As a part of my bigger responsibilities, the first project of the organization is about an outreach program, I actually thought that the whole thing is boring and it’ll be not my thing as I have been into several outreach program when I am in college and it focuses on interviewing people under the sunny weather and showering with our sweats but this time, the outreach program isn’t usual, as the outreach program relies on people on prison.
Wow! I whispered when I was informed about the program, I’ve been into prison before when we had our documentary in high school and my knees were actually shaking and it is obviously because of fear. I am scared that those people could do such harm to me if I would do anything not nice, but this moment, my knees never shook, but loosened up.
The prison is not actually the usual prison we often see in drama series, the prison is actually a part of the usual prison where in the inmates are in minor age. I remembered my first impression when I entered the facility “I should behave, these guys might do bullying and I can’t fight with them as they can still do harm on me” but I swallowed what I just said as the guys were all polite and respectful, I wonder how they were taught with such conduct inside the jail.
The event was actually filled with program and I have been actively participating with the games cooperating with my team mates who were actually inmates and exchanging humors with them as if I’m their age and it’s really a nice thing having a bond with these kids, well I mean it I have regrets for them telling myself ‘if only these kids just never did those things that let them put into that four cornered jail at least they can still fulfill their dreams somehow’

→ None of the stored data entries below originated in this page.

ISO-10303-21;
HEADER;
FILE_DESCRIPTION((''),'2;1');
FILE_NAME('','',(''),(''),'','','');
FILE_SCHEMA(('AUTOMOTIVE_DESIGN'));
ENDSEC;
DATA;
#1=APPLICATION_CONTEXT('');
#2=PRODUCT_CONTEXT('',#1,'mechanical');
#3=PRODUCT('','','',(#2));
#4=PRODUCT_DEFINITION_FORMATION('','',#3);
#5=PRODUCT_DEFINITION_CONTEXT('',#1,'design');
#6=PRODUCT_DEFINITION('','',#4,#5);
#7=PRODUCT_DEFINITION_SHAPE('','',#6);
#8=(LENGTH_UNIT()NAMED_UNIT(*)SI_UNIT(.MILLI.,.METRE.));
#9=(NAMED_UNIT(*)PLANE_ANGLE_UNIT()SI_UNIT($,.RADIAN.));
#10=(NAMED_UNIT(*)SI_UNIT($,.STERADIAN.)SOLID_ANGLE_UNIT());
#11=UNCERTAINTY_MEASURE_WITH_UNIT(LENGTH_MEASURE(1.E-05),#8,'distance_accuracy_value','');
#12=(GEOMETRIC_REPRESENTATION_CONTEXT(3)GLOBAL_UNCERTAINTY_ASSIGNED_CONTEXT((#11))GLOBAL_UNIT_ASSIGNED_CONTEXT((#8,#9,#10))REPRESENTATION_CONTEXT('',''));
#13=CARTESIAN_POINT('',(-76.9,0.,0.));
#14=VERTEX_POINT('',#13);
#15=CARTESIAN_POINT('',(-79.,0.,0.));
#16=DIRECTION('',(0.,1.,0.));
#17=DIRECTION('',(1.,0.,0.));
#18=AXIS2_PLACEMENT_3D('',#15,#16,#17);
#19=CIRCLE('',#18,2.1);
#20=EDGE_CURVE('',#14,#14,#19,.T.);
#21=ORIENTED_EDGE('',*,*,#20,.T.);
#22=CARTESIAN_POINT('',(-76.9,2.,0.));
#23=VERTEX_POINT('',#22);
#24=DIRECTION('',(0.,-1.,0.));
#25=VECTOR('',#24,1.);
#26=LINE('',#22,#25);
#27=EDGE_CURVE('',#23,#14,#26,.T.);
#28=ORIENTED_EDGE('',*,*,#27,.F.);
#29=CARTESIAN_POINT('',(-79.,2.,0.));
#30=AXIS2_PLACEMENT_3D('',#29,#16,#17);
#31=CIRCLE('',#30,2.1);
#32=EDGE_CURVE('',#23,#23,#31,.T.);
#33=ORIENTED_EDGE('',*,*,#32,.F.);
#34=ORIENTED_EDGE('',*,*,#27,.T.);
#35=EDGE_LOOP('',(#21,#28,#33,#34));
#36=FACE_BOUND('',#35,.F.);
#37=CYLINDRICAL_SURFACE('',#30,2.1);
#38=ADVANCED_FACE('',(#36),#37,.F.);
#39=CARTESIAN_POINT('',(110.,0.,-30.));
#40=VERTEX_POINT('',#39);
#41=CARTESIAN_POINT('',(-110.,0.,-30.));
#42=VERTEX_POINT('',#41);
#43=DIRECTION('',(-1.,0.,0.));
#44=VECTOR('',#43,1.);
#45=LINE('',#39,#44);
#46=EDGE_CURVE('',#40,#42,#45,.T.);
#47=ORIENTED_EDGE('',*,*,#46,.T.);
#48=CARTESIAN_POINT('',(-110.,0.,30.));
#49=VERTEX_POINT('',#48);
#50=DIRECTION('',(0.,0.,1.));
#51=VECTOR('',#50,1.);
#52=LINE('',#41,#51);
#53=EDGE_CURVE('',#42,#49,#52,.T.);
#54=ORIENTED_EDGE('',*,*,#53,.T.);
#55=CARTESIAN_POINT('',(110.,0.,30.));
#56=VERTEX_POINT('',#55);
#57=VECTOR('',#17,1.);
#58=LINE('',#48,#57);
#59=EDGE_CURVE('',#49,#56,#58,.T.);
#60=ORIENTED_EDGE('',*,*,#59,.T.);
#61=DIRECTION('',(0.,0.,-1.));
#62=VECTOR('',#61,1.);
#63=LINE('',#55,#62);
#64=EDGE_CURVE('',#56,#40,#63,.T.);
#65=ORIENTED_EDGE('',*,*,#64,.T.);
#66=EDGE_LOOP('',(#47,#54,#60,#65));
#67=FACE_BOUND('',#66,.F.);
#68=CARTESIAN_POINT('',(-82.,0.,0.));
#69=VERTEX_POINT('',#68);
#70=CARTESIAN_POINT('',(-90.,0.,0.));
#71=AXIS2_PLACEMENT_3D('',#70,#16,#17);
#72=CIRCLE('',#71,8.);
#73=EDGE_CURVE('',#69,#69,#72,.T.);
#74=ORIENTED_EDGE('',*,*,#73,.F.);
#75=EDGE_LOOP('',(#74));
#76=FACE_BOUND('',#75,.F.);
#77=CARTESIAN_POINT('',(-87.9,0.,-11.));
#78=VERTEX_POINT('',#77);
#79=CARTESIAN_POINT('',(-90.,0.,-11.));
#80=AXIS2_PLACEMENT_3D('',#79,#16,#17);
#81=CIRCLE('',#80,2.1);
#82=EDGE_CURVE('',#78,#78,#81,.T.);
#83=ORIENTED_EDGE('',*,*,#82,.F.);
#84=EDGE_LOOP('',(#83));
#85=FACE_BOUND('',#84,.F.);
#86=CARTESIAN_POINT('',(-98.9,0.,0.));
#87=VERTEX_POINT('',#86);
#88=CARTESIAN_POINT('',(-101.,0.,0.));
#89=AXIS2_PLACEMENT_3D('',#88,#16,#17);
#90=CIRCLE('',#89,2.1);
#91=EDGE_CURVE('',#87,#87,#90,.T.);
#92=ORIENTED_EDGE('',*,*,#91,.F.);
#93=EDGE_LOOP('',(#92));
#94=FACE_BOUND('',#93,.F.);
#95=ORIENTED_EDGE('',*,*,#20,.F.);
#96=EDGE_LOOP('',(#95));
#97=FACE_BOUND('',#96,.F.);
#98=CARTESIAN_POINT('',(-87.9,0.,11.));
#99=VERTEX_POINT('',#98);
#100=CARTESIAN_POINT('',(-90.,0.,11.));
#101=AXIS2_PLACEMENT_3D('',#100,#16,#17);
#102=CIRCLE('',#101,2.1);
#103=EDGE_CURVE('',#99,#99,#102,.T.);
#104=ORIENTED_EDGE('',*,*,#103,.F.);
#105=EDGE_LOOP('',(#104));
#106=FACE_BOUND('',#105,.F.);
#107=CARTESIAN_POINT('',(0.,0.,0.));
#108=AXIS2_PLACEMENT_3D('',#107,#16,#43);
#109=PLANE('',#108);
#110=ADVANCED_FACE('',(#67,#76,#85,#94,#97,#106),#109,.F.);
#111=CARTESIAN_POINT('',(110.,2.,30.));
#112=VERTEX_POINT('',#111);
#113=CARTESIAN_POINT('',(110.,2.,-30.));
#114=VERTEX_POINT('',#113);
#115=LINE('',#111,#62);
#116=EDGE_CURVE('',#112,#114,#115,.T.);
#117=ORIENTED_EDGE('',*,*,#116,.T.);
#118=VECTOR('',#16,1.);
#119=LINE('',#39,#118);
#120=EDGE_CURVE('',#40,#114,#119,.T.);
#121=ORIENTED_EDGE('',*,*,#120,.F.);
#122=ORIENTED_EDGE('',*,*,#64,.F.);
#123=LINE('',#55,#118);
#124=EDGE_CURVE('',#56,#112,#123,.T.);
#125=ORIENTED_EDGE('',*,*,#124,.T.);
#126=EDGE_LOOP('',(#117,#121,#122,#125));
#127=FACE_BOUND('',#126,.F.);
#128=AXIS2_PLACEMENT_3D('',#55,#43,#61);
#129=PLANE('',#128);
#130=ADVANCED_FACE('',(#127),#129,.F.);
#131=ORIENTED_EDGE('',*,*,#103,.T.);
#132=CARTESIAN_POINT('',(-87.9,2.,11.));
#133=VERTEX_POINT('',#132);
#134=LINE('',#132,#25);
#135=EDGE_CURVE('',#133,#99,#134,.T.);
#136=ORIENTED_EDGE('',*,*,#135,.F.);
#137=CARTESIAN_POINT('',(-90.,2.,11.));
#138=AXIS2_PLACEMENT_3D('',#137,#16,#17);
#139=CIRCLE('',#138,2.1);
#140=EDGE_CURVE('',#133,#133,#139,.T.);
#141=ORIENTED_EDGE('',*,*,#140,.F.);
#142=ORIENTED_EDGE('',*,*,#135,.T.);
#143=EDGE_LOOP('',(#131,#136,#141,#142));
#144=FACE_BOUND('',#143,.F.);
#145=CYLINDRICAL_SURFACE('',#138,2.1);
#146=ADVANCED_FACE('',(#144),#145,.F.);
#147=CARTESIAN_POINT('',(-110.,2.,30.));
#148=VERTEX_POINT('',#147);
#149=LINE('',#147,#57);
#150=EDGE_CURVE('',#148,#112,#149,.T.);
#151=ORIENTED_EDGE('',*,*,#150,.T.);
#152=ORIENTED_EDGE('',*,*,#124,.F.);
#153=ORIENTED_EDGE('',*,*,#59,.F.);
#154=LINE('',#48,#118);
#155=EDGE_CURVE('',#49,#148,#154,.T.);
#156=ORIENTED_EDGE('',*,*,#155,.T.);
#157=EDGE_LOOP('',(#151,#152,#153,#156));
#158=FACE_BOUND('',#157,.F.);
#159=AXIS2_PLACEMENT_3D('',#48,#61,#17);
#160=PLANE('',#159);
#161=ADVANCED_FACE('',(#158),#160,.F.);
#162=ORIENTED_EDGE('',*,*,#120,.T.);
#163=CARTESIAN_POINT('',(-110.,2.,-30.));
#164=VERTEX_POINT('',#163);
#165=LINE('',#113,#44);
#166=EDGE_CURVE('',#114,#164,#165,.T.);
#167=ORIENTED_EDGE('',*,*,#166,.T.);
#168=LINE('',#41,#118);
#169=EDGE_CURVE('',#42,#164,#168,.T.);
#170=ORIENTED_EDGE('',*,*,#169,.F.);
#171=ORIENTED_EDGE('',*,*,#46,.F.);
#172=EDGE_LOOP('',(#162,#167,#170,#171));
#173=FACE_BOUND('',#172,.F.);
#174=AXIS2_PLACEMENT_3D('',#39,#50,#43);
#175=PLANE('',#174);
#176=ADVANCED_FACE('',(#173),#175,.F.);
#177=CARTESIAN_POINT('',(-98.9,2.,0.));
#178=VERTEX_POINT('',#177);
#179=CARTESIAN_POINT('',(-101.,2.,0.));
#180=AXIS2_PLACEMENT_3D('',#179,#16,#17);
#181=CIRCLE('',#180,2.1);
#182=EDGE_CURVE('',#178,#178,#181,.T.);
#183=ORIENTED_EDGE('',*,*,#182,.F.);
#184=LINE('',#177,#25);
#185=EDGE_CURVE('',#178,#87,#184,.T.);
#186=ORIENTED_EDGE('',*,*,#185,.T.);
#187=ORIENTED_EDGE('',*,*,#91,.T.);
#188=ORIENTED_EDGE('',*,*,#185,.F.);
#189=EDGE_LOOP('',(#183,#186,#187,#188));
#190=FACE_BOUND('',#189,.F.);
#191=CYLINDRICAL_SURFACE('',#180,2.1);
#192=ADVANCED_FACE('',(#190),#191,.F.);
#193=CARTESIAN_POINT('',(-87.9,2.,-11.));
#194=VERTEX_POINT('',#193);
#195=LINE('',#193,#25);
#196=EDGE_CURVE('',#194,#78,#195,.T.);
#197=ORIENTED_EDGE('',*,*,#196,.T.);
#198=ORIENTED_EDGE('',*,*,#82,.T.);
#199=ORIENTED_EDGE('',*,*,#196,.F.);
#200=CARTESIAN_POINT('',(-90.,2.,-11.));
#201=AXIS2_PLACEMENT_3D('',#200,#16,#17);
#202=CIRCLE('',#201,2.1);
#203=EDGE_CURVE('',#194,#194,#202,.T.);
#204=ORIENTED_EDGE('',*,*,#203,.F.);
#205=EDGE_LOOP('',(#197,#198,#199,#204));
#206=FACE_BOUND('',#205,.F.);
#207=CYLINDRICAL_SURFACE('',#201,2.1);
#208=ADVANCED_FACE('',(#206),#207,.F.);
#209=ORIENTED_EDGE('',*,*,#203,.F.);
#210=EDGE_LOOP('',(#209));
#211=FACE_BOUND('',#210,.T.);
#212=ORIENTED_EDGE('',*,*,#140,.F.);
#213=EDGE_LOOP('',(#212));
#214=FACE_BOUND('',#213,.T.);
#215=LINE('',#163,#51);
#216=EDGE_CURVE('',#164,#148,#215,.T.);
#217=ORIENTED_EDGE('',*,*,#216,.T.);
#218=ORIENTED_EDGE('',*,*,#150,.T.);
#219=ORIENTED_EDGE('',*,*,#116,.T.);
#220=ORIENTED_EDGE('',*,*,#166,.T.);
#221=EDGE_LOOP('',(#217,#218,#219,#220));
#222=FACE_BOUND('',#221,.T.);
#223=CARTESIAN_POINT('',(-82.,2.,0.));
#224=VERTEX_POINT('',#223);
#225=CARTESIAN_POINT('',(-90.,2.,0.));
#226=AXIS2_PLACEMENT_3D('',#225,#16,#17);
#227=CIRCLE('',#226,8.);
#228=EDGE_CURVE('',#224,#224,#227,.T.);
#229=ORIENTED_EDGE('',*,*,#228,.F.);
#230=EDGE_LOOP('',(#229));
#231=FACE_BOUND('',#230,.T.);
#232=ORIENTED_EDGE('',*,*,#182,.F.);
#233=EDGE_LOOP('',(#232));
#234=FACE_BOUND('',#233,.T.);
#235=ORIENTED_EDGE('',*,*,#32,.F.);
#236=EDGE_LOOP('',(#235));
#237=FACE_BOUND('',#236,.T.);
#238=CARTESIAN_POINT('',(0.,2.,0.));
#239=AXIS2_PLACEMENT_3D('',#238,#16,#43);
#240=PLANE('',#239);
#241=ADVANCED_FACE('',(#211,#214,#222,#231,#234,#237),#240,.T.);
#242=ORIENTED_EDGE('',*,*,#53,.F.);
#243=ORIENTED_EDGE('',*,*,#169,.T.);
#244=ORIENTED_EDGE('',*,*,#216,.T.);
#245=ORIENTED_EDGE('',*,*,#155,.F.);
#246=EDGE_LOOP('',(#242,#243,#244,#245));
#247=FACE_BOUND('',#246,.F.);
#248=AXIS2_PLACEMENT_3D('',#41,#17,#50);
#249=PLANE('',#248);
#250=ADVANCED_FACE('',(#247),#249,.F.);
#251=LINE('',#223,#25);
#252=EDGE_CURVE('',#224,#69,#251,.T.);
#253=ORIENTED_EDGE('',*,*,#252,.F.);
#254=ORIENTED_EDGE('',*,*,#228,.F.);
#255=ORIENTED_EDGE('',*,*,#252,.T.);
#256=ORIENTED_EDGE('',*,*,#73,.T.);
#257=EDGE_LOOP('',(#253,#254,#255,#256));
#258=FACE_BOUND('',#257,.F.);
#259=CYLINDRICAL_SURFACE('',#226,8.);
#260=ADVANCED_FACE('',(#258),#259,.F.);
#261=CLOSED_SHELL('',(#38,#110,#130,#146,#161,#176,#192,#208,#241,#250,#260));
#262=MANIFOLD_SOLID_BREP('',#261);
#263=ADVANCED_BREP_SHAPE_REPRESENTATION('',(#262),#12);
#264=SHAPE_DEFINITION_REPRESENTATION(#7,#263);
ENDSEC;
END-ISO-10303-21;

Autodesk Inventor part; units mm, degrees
ref_plane "YZ Plane" through (0, 0, 0) normal (1, 0, 0) x (0, 1, 0)
ref_plane "XZ Plane" through (0, 0, 0) normal (0, 1, 0) x (-1, 0, 0)
ref_plane "XY Plane" through (0, 0, 0) normal (0, 0, 1) x (1, 0, 0)
sketch "スケッチ1" plane through (0, 0, 0) normal (0, 1, 0) x (-1, 0, 0)
  line L0 (-110, -30) -> (110, -30)
  line L1 (110, -30) -> (110, 30)
  line L2 (110, 30) -> (-110, 30)
  line L3 (-110, 30) -> (-110, -30)
  line L4 (-110, -30) -> (110, 30) construction
  line L5 (110, -30) -> (-110, 30) construction
  point P0 (0, 0)
  dimension "d0" = 220
  dimension "d1" = 60
extrude "押し出し1" add sketch "スケッチ1" along normal blind 2
sketch "スケッチ2" plane through (0, 2, 0) normal (0, 1, 0) x (1, 0, 0)
  circle A0 centre (-90, 0) radius 8
  circle A1 centre (-101, 0) radius 2.1
  circle A2 centre (-90, 11) radius 2.1
  circle A3 centre (-79, 0) radius 2.1
  circle A4 centre (-90, -11) radius 2.1
  point P0 (0, 0)
  dimension "d4" = 16
  dimension "d5" = 90
  dimension "d7" = 4.2
  dimension "d8" = 4.2
  dimension "d9" = 4.2
  dimension "d10" = 4.2
  dimension "d13" = 11
  dimension "d14" = 11
  dimension "d15" = 11
  dimension "d16" = 11
extrude "押し出し2" cut sketch "スケッチ2" against normal blind 8
properties part number "snap" material "アルミニウム 6061"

I wanted to help them actually, but I am not a lawyer, I am not even a rich man to provide them one, I can’t support them as I lack funds, my capabilities to helps was very limited but I know there’s a thing that might help them and I think that would be through interacting with them as if telling them that they still had a friend who is concern and who is willing to be there for them and of course through our prayers.
I will definitely be active with this project, my hearts urges me to serve them with the best way I can and share the blessings that I am continuously having so far.
Look how fortunate are we, we are free to do the things we all wanted but let us bear in mind that we must accountable in everything we are doing and we don’t have to be in jail just to realize how lucky we were.